For this reason, institutional narratives can become the foundation for a powerful shaping view. Once leaders have framed the really inspiring opportunity that can excite and motivate participants to take action, they can take the institutional narrative to another level by focusing on defining a market or arena structure that can help participants to address the exciting opportunity out in the future. This could attract a growing number of participants to join in the effort to evolve this new market or arena structure.
Exploring an example
So, what would this look like in practice? Let’s look at the wellness arena. More and more people are becoming focused on strengthening their wellness and not just waiting until they get sick to get help and support. Today, the wellness business is highly fragmented with wellness coaches and a growing array of wellness service providers, ranging from gyms to nutrition experts.
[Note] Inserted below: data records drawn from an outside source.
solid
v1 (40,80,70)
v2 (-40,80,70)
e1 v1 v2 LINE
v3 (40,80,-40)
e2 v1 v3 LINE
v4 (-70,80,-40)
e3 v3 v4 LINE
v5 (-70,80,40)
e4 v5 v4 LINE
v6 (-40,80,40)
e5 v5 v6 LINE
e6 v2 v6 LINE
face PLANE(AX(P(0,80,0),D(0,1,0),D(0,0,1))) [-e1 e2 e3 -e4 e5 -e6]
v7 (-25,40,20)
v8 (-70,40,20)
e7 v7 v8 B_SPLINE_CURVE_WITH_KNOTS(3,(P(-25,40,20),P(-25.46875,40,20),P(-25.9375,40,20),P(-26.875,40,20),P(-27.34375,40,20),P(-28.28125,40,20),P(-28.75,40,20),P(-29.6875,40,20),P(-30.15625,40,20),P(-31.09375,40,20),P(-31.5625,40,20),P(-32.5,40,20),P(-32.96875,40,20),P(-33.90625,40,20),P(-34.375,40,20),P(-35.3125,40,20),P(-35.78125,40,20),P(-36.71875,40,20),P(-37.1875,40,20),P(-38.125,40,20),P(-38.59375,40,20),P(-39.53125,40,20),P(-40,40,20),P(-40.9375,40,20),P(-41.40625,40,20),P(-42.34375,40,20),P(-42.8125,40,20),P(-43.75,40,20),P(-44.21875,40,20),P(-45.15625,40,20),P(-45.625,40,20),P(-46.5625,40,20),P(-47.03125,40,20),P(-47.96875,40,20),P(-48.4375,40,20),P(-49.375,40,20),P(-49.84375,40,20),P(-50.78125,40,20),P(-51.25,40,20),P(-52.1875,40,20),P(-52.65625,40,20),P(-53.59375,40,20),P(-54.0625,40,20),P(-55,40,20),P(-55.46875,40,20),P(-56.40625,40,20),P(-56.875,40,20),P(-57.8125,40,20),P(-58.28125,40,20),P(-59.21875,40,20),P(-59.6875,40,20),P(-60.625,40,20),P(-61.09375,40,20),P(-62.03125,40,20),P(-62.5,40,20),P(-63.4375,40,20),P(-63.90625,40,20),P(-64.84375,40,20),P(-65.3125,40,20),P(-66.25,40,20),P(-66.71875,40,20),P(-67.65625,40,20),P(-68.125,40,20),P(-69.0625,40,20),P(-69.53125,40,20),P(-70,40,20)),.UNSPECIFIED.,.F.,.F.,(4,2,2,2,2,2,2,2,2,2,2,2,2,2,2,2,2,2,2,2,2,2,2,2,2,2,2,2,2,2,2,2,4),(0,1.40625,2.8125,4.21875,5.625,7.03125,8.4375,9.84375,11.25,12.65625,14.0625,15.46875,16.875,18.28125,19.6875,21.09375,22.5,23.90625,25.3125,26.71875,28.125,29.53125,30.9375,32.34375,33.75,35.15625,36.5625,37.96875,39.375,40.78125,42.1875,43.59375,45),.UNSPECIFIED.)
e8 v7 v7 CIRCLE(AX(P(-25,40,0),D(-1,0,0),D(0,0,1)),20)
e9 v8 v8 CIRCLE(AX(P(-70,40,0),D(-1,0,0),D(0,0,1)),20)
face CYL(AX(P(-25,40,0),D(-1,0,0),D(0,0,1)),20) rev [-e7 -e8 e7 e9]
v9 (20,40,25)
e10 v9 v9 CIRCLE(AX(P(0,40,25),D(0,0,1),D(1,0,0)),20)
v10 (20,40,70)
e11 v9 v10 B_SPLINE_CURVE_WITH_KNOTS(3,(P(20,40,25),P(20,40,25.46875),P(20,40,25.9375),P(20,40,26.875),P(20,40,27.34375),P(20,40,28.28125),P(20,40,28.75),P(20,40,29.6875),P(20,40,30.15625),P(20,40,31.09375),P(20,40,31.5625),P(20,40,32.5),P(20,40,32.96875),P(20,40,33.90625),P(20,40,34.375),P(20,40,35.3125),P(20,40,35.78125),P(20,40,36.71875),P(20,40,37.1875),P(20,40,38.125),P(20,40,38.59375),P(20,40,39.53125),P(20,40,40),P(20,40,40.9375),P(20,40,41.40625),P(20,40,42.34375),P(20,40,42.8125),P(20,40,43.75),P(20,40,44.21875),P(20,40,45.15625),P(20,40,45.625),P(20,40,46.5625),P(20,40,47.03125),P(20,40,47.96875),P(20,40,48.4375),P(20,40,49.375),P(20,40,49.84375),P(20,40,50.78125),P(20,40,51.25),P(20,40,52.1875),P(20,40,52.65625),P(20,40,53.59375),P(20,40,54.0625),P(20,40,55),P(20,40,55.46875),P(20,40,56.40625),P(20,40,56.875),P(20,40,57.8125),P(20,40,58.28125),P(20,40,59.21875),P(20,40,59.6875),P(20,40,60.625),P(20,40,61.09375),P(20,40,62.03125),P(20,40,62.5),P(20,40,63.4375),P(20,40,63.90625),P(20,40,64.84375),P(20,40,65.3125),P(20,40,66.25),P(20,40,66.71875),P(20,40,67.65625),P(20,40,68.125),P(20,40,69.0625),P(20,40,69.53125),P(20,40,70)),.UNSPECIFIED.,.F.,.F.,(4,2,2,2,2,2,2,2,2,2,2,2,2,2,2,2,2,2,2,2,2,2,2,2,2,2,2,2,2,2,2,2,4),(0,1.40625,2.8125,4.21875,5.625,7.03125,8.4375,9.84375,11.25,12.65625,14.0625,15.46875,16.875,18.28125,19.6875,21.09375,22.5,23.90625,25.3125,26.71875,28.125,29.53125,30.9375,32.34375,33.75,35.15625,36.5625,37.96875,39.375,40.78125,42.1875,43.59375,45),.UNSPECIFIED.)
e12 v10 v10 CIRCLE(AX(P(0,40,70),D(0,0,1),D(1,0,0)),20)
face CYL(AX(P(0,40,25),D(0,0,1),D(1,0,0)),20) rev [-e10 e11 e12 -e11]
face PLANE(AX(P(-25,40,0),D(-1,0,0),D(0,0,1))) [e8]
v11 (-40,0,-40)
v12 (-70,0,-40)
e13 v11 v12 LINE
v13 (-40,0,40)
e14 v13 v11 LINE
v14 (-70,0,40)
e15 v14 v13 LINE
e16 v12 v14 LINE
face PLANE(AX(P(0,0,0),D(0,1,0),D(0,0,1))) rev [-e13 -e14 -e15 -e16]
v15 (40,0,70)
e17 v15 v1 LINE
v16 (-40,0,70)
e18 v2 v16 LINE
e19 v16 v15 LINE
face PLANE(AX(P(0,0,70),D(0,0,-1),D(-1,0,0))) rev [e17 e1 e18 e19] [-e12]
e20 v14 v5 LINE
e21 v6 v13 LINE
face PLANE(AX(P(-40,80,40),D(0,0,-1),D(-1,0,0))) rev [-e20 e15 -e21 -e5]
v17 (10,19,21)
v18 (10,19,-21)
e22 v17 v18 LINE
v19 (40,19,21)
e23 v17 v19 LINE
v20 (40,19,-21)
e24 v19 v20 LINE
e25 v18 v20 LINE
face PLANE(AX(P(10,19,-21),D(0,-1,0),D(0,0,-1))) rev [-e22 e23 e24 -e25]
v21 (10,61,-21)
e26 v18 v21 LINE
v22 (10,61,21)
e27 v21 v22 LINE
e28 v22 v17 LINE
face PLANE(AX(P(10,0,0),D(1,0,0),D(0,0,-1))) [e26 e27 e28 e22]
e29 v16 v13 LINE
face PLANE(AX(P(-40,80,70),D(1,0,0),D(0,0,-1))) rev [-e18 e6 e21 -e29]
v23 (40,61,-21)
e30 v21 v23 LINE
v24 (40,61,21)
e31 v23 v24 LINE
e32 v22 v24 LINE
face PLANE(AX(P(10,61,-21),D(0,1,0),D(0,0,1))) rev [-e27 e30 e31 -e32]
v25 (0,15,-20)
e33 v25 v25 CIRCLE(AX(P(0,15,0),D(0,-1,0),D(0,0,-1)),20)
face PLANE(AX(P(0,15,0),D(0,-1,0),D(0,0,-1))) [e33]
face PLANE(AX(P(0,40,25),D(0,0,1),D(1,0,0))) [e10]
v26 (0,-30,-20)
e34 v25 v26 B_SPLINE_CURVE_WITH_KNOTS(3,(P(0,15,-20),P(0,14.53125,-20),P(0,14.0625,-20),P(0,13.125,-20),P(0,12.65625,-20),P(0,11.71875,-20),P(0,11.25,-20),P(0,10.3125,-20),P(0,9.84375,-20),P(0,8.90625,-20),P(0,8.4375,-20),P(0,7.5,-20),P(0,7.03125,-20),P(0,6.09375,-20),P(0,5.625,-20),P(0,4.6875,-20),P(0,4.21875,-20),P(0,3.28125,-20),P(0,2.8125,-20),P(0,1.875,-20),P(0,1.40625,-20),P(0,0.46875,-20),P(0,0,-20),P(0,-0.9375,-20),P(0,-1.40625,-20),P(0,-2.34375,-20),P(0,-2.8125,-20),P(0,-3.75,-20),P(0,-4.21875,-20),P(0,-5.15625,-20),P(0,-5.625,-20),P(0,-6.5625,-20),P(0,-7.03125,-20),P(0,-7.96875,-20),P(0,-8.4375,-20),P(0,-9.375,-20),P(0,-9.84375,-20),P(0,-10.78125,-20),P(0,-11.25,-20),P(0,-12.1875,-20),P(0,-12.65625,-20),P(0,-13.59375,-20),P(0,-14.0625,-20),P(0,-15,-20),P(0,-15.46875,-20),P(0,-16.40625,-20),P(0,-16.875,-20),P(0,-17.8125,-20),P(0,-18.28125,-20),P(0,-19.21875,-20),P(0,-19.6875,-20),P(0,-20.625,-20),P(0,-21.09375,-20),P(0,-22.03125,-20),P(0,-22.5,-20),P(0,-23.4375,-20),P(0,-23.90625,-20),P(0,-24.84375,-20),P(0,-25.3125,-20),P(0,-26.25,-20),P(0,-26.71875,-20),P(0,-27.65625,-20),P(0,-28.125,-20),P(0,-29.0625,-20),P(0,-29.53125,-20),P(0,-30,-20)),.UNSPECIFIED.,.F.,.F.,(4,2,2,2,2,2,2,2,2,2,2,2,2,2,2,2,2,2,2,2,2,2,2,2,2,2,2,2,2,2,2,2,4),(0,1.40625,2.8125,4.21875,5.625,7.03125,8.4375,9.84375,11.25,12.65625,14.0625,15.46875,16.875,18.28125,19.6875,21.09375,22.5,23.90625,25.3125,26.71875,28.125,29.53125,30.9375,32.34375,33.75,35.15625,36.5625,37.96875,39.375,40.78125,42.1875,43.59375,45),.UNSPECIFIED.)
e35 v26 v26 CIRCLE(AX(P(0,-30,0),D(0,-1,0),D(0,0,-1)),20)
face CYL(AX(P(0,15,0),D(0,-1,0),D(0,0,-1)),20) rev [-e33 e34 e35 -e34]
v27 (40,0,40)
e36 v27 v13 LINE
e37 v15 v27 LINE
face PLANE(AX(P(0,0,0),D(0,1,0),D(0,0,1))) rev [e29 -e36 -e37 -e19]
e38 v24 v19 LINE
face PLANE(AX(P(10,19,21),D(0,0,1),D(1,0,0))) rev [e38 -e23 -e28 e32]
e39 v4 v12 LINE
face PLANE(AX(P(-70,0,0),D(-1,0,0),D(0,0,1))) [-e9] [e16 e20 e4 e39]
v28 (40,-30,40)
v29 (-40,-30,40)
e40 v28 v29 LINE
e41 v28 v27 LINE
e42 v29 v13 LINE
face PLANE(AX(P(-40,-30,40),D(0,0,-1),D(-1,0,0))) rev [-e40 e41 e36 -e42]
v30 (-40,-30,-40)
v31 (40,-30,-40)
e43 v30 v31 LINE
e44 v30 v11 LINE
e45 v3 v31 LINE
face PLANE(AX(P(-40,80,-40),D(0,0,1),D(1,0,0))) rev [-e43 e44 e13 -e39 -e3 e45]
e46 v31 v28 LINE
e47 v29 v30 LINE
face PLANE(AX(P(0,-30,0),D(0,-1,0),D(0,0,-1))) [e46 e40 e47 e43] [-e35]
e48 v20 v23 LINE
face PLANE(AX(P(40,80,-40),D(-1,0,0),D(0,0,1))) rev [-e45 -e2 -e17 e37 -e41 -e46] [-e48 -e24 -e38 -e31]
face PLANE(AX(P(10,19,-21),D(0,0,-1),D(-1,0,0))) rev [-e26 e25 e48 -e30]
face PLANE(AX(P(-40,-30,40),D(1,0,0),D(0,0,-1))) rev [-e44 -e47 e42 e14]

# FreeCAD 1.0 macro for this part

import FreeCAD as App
import Part
import Sketcher
from FreeCAD import Vector

doc = App.newDocument("Part")
body = doc.addObject("PartDesign::Body", "Body")

sketch1 = body.newObject("Sketcher::SketchObject", "Sketch")
sketch1.AttachmentSupport = (doc.getObject("XZ_Plane"), [""])
sketch1.MapMode = "FlatFace"
sketch1.addGeometry(Part.LineSegment(Vector(-40, -40, 0), Vector(-40, 40, 0)), False)
sketch1.addGeometry(Part.LineSegment(Vector(-40, 40, 0), Vector(40, 40, 0)), False)
sketch1.addGeometry(Part.LineSegment(Vector(40, 40, 0), Vector(40, -40, 0)), False)
sketch1.addGeometry(Part.LineSegment(Vector(40, -40, 0), Vector(-40, -40, 0)), False)
sketch1.addConstraint(Sketcher.Constraint("Coincident", 0, 2, 1, 1))
sketch1.addConstraint(Sketcher.Constraint("Coincident", 1, 2, 2, 1))
sketch1.addConstraint(Sketcher.Constraint("Coincident", 2, 2, 3, 1))
sketch1.addConstraint(Sketcher.Constraint("Coincident", 3, 2, 0, 1))
sketch1.addConstraint(Sketcher.Constraint("Vertical", 0))
sketch1.addConstraint(Sketcher.Constraint("Horizontal", 1))
sketch1.addConstraint(Sketcher.Constraint("Vertical", 2))
sketch1.addConstraint(Sketcher.Constraint("Horizontal", 3))
sketch1.addConstraint(Sketcher.Constraint("Symmetric", 0, 2, 2, 2, -1, 1))
sketch1.addConstraint(Sketcher.Constraint("Equal", 3, 0))
sketch1.addConstraint(Sketcher.Constraint("DistanceX", 1, 1, 1, 2, 80.0))
pad1 = body.newObject("PartDesign::Pad", "Pad")
pad1.Profile = sketch1
pad1.Length = 80
pad1.Reversed = True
I believe there’s a significant opportunity for wellness coaches to evolve into trusted advisors that orchestrate growing networks of specialized service providers to serve the needs of their clients. This could be a platform for significant growth by mobilizing more and more diverse expertise based on larger and larger networks of participants.
To address this opportunity, a small wellness coaching business today could begin by framing an institutional narrative that focuses on the growing ability of people to improve their wellness, driven by new technology and deeper understanding of what our bodies need to function at better and better levels. The narrative would emphasize that this opportunity requires action from people inspired by the opportunity to improve wellness to adopt new practices – it won’t just happen on its own.
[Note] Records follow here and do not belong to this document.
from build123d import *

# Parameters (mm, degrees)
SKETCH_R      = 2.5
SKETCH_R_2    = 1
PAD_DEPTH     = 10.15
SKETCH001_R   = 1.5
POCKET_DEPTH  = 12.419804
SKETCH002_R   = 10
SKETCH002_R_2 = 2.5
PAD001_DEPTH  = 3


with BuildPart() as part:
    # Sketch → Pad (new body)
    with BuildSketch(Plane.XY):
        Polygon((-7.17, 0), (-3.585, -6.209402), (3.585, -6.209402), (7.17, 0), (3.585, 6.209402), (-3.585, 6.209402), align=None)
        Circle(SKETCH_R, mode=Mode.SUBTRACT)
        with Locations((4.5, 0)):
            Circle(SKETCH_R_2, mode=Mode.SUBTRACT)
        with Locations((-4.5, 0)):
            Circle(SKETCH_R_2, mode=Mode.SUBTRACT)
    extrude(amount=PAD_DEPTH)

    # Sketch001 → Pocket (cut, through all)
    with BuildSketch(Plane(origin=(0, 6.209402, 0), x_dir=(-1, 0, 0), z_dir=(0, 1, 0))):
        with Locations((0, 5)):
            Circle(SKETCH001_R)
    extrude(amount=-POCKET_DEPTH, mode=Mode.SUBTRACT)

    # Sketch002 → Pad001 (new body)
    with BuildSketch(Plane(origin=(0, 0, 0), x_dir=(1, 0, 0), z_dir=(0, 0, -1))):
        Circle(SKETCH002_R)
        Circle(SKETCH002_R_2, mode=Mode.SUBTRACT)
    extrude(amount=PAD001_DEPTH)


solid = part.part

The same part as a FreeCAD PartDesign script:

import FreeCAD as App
import Part
import Sketcher

V = App.Vector
Q = App.Units.Quantity

doc = App.newDocument("Part")
body = doc.addObject("PartDesign::Body", "Body")

# Sketch on XY plane
sketch1 = body.newObject("Sketcher::SketchObject", "Sketch")
sketch1.AttachmentSupport = (doc.getObject("XY_Plane"), [""])
sketch1.MapMode = "FlatFace"
sketch1.addGeometry([
    Part.LineSegment(V(-7.17, 0, 0), V(-3.585, -6.209402, 0)),  # 0
    Part.LineSegment(V(-3.585, -6.209402, 0), V(3.585, -6.209402, 0)),  # 1
    Part.LineSegment(V(3.585, -6.209402, 0), V(7.17, 0, 0)),  # 2
    Part.LineSegment(V(7.17, 0, 0), V(3.585, 6.209402, 0)),  # 3
    Part.LineSegment(V(3.585, 6.209402, 0), V(-3.585, 6.209402, 0)),  # 4
    Part.LineSegment(V(-3.585, 6.209402, 0), V(-7.17, 0, 0)),  # 5
    Part.Circle(V(-4.5, 0, 0), V(0, 0, 1), 1),  # 6
    Part.Circle(V(0, 0, 0), V(0, 0, 1), 2.5),  # 7
    Part.Circle(V(4.5, 0, 0), V(0, 0, 1), 1),  # 8
], False)
sketch1.addConstraint([
    Sketcher.Constraint("Coincident", 0, 2, 1, 1),
    Sketcher.Constraint("Coincident", 1, 2, 2, 1),
    Sketcher.Constraint("Coincident", 2, 2, 3, 1),
    Sketcher.Constraint("Coincident", 3, 2, 4, 1),
    Sketcher.Constraint("Coincident", 4, 2, 5, 1),
    Sketcher.Constraint("Coincident", 5, 2, 0, 1),
    Sketcher.Constraint("Horizontal", 1),
    Sketcher.Constraint("Horizontal", 4),
    Sketcher.Constraint("Coincident", 7, 3, -1, 1),
    Sketcher.Constraint("Equal", 6, 8),
    Sketcher.Constraint("Symmetric", 6, 3, 8, 3, -1, 1),
    Sketcher.Constraint("Symmetric", 0, 2, 3, 2, -1, 1),
    Sketcher.Constraint("Symmetric", 2, 2, 5, 2, -1, 1),
    Sketcher.Constraint("PointOnObject", 6, 3, -1),
    Sketcher.Constraint("PointOnObject", 2, 2, -1),
    Sketcher.Constraint("Parallel", 2, 5),
    Sketcher.Constraint("Vertical", 1, 2, 3, 2),
    Sketcher.Constraint("Diameter", 6, 2.0),
    Sketcher.Constraint("Diameter", 7, 5.0),
    Sketcher.Constraint("Angle", 0, Q("-59.999999 deg")),
    Sketcher.Constraint("DistanceX", 6, 3, 8, 3, 9.0),
    Sketcher.Constraint("DistanceX", 1, 1, 1, 2, 7.17),
    Sketcher.Constraint("Distance", 0, 7.17),
])
pad1 = body.newObject("PartDesign::Pad", "Pad")
pad1.Profile = sketch1
pad1.Length = 10.15

# Sketch on XZ plane
sketch2 = body.newObject("Sketcher::SketchObject", "Sketch001")
sketch2.AttachmentSupport = (doc.getObject("XZ_Plane"), [""])
sketch2.MapMode = "FlatFace"
sketch2.AttachmentOffset = App.Placement(V(0, 0, -6.209402), App.Rotation())
sketch2.addGeometry(Part.Circle(V(0, 5, 0), V(0, 0, 1), 1.5), False)
sketch2.addConstraint([
    Sketcher.Constraint("PointOnObject", 0, 3, -2),
    Sketcher.Constraint("Diameter", 0, 3.0),
    Sketcher.Constraint("DistanceY", -1, 1, 0, 3, 5.0),
])
pocket1 = body.newObject("PartDesign::Pocket", "Pocket")
pocket1.Profile = sketch2
pocket1.Type = "ThroughAll"
pocket1.Reversed = True

# Sketch on XY plane
sketch3 = body.newObject("Sketcher::SketchObject", "Sketch002")
sketch3.AttachmentSupport = (doc.getObject("XY_Plane"), [""])
sketch3.MapMode = "FlatFace"
sketch3.addGeometry([
    Part.Circle(V(0, 0, 0), V(0, 0, 1), 10),
    Part.Circle(V(0, 0, 0), V(0, 0, 1), 2.5),
], False)
sketch3.addConstraint([
    Sketcher.Constraint("Coincident", 0, 3, -1, 1),
    Sketcher.Constraint("Coincident", 1, 3, -1, 1),
    Sketcher.Constraint("Diameter", 0, 20.0),
    Sketcher.Constraint("Diameter", 1, 5.0),
])
pad2 = body.newObject("PartDesign::Pad", "Pad001")
pad2.Profile = sketch3
pad2.Length = 3
pad2.Reversed = True

doc.recompute()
This opportunity for improved wellness can then provide the context for framing an opportunity for a growing number of third parties to come together into a broader network that will be orchestrated by the wellness coaching business. Because these third parties will bring a very diverse set of skills and capabilities, the network will be a lot more effective in improving the wellness of its clients. These third parties can become excited by the potential to improve the wellness of clients much more than if they were just operating as isolated service providers.
This institutional narrative can thus become the foundation for a powerful shaping view. The institutional narrative focuses on cultivating emotions of excitement and passion among both clients and third parties that can help the clients. This will motivate them to act boldly to pursue the opportunity. A more detailed shaping view can then help to provide the third parties with a road map to guide them in the actions they can take to come together and address the opportunity. It will also help them to see how they can collaborate in ways that will create more value for clients as well as for themselves.
Institutional narratives can play many different roles in helping organizations to connect more deeply with their customers and stakeholders so that they all can achieve greater impact. One key role of institutional narratives is to motivate third parties to come together and act more boldly in ways that will restructure an entire market or arena. Based on my research, there are very few examples of organizations that have made the effort to develop a powerful institutional narrative, but there are even fewer examples of organizations that have pursued the potential of institutional narratives to support shaping strategies. This is an untapped potential that needs to be addressed.